I think Zaid Jilani is a little confused. While the details of the arrest and trial of Jesus are a matter of hot dispute, even within the differing accounts in the New Testament, it’s pretty clear that he wasn’t sentenced to die by any Roman court. He was arrested, most likely, on the orders of the High Priest of the Temple. His trial was in front of the Sanhedrin. which was basically occupied-Israel’s Supreme Court. And his fate was decided by the Roman prefect, Pontius Pilate, who had the ultimate jurisdiction over the case. Maybe none of that is correct, but that’s about as good as we can do with the available sources.

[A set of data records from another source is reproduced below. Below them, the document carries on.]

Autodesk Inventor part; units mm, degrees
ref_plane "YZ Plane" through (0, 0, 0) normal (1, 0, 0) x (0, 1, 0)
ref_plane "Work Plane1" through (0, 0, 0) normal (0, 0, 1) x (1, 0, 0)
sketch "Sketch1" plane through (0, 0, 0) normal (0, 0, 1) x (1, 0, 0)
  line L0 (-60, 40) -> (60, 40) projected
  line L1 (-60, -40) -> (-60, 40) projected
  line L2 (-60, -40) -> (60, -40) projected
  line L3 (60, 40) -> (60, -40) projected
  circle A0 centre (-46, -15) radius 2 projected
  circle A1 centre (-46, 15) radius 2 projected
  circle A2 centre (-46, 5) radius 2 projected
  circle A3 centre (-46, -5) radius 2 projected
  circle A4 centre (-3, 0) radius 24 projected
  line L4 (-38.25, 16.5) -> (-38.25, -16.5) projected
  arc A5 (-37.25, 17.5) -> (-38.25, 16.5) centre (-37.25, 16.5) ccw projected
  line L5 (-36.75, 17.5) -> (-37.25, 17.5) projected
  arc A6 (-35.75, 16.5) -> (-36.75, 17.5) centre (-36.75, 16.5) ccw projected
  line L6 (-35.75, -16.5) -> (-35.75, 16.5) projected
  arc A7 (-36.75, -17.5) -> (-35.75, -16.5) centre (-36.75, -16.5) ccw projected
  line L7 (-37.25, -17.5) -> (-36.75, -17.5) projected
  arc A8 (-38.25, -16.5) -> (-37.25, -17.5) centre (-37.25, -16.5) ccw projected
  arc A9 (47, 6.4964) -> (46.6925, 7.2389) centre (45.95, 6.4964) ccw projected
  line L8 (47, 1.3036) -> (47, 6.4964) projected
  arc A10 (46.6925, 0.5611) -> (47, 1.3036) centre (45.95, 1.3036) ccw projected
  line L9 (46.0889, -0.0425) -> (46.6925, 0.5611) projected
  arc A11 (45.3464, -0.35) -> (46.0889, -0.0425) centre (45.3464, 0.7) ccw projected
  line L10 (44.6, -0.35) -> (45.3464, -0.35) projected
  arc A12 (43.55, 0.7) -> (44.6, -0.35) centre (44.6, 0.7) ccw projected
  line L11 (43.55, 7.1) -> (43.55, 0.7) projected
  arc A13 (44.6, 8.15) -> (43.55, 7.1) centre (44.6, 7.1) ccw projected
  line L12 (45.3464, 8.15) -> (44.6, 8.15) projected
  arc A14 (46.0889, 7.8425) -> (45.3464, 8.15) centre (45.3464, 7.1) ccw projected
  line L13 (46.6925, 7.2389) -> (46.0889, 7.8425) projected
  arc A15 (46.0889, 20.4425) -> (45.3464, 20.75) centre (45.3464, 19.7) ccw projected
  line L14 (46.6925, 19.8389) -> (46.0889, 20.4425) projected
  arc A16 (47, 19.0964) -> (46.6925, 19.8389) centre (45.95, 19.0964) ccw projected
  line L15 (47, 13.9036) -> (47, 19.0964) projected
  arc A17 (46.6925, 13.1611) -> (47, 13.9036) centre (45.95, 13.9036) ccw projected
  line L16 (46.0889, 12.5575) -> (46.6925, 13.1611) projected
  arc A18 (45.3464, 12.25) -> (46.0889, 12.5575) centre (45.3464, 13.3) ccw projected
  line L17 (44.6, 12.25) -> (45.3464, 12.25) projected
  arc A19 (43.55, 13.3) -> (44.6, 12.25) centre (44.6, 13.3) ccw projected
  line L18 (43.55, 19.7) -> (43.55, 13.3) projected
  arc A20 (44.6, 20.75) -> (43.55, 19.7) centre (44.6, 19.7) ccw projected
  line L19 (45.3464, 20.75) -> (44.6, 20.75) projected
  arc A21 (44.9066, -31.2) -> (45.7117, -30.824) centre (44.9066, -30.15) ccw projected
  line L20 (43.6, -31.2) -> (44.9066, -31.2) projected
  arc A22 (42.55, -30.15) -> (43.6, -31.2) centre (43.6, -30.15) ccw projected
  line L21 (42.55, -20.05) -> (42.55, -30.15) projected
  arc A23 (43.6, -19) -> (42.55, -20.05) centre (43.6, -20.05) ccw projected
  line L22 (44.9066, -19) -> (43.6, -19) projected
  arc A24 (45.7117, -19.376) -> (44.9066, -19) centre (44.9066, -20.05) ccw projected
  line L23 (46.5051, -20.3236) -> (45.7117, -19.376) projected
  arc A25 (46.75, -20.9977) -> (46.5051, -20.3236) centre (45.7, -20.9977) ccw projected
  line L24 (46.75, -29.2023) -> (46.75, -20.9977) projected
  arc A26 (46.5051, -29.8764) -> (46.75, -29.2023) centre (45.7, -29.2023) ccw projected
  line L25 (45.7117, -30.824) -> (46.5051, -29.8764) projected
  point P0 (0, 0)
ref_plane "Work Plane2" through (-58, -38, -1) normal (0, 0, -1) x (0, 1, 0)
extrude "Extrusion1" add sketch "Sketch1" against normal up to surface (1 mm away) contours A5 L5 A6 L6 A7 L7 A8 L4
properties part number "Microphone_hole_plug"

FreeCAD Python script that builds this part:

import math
import FreeCAD as App
import Part
import Sketcher

V = App.Vector
Q = App.Units.Quantity

doc = App.newDocument("Part")
body = doc.addObject("PartDesign::Body", "Body")

# Sketch on XY plane
sketch1 = doc.addObject("Sketcher::SketchObject", "Sketch")
body.addObject(sketch1)
sketch1.AttachmentSupport = (doc.XY_Plane, [""])
sketch1.MapMode = "FlatFace"
sketch1.addGeometry([
    Part.ArcOfCircle(Part.Circle(V(-37.25, 16.5, 0), V(0, 0, 1), 1), math.radians(90), math.radians(180)),  # 0
    Part.LineSegment(V(-38.25, 16.5, 0), V(-38.25, -16.5, 0)),  # 1
    Part.ArcOfCircle(Part.Circle(V(-37.25, -16.5, 0), V(0, 0, 1), 1), math.radians(180), math.radians(270)),  # 2
    Part.LineSegment(V(-37.25, -17.5, 0), V(-36.75, -17.5, 0)),  # 3
    Part.ArcOfCircle(Part.Circle(V(-36.75, -16.5, 0), V(0, 0, 1), 1), math.radians(-90), math.radians(0)),  # 4
    Part.LineSegment(V(-35.75, -16.5, 0), V(-35.75, 16.5, 0)),  # 5
    Part.ArcOfCircle(Part.Circle(V(-36.75, 16.5, 0), V(0, 0, 1), 1), math.radians(0), math.radians(90)),  # 6
    Part.LineSegment(V(-36.75, 17.5, 0), V(-37.25, 17.5, 0)),  # 7
], False)
sketch1.addConstraint([
    Sketcher.Constraint("Tangent", 0, 2, 1, 1),
    Sketcher.Constraint("Tangent", 1, 2, 2, 1),
    Sketcher.Constraint("Tangent", 2, 2, 3, 1),
    Sketcher.Constraint("Tangent", 3, 2, 4, 1),
    Sketcher.Constraint("Tangent", 4, 2, 5, 1),
    Sketcher.Constraint("Tangent", 5, 2, 6, 1),
    Sketcher.Constraint("Tangent", 6, 2, 7, 1),
    Sketcher.Constraint("Tangent", 7, 2, 0, 1),
    Sketcher.Constraint("Vertical", 1),
    Sketcher.Constraint("Horizontal", 3),
    Sketcher.Constraint("Vertical", 5),
    Sketcher.Constraint("Horizontal", 7),
    Sketcher.Constraint("Equal", 0, 2),
    Sketcher.Constraint("Equal", 2, 4),
    Sketcher.Constraint("Equal", 4, 6),
    Sketcher.Constraint("Radius", 0, Q("1 mm")),
    Sketcher.Constraint("DistanceY", 1, 2, 1, 1, Q("33 mm")),
    Sketcher.Constraint("DistanceX", 3, 1, 3, 2, Q("0.5 mm")),
    Sketcher.Constraint("DistanceY", -1, 1, 0, 3, Q("16.5 mm")),
    Sketcher.Constraint("DistanceX", 0, 3, -1, 1, Q("37.25 mm")),
])
pad1 = doc.addObject("PartDesign::Pad", "Pad")
body.addObject(pad1)
pad1.Profile = sketch1
pad1.Length = 1
pad1.Reversed = True

doc.recompute()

Now, as this pertains to Herman Cain’s argument that Jesus was “a perfect conservative” who was sentenced to die by a “liberal court,” it just proves that Herman Cain is a moron. Insofar as we can take the Gospels at face value, it’s clear that one of Jesus’s core messages was that the religious Establishment in his time was hypocritical and that they ignored the spirit of The Law in favor of the letter of The Law. In standing up to the existing authority, he questioned tradition. Mocking, berating, and humiliating existing religious authorities and questioning long-standing social mores is the opposite of conservatism. And the idea that the Sanhedrin had any liberal impulses just strikes me as ridiculous. They existed to uphold religious law.

Even if there had been a Roman trial for Jesus, that court could not be reasonably described as liberal, either. But, since Pontius Pilate is described as ambivalent about Jesus’s guilt and reluctant to execute him, I guess you could say that he was soft on crime.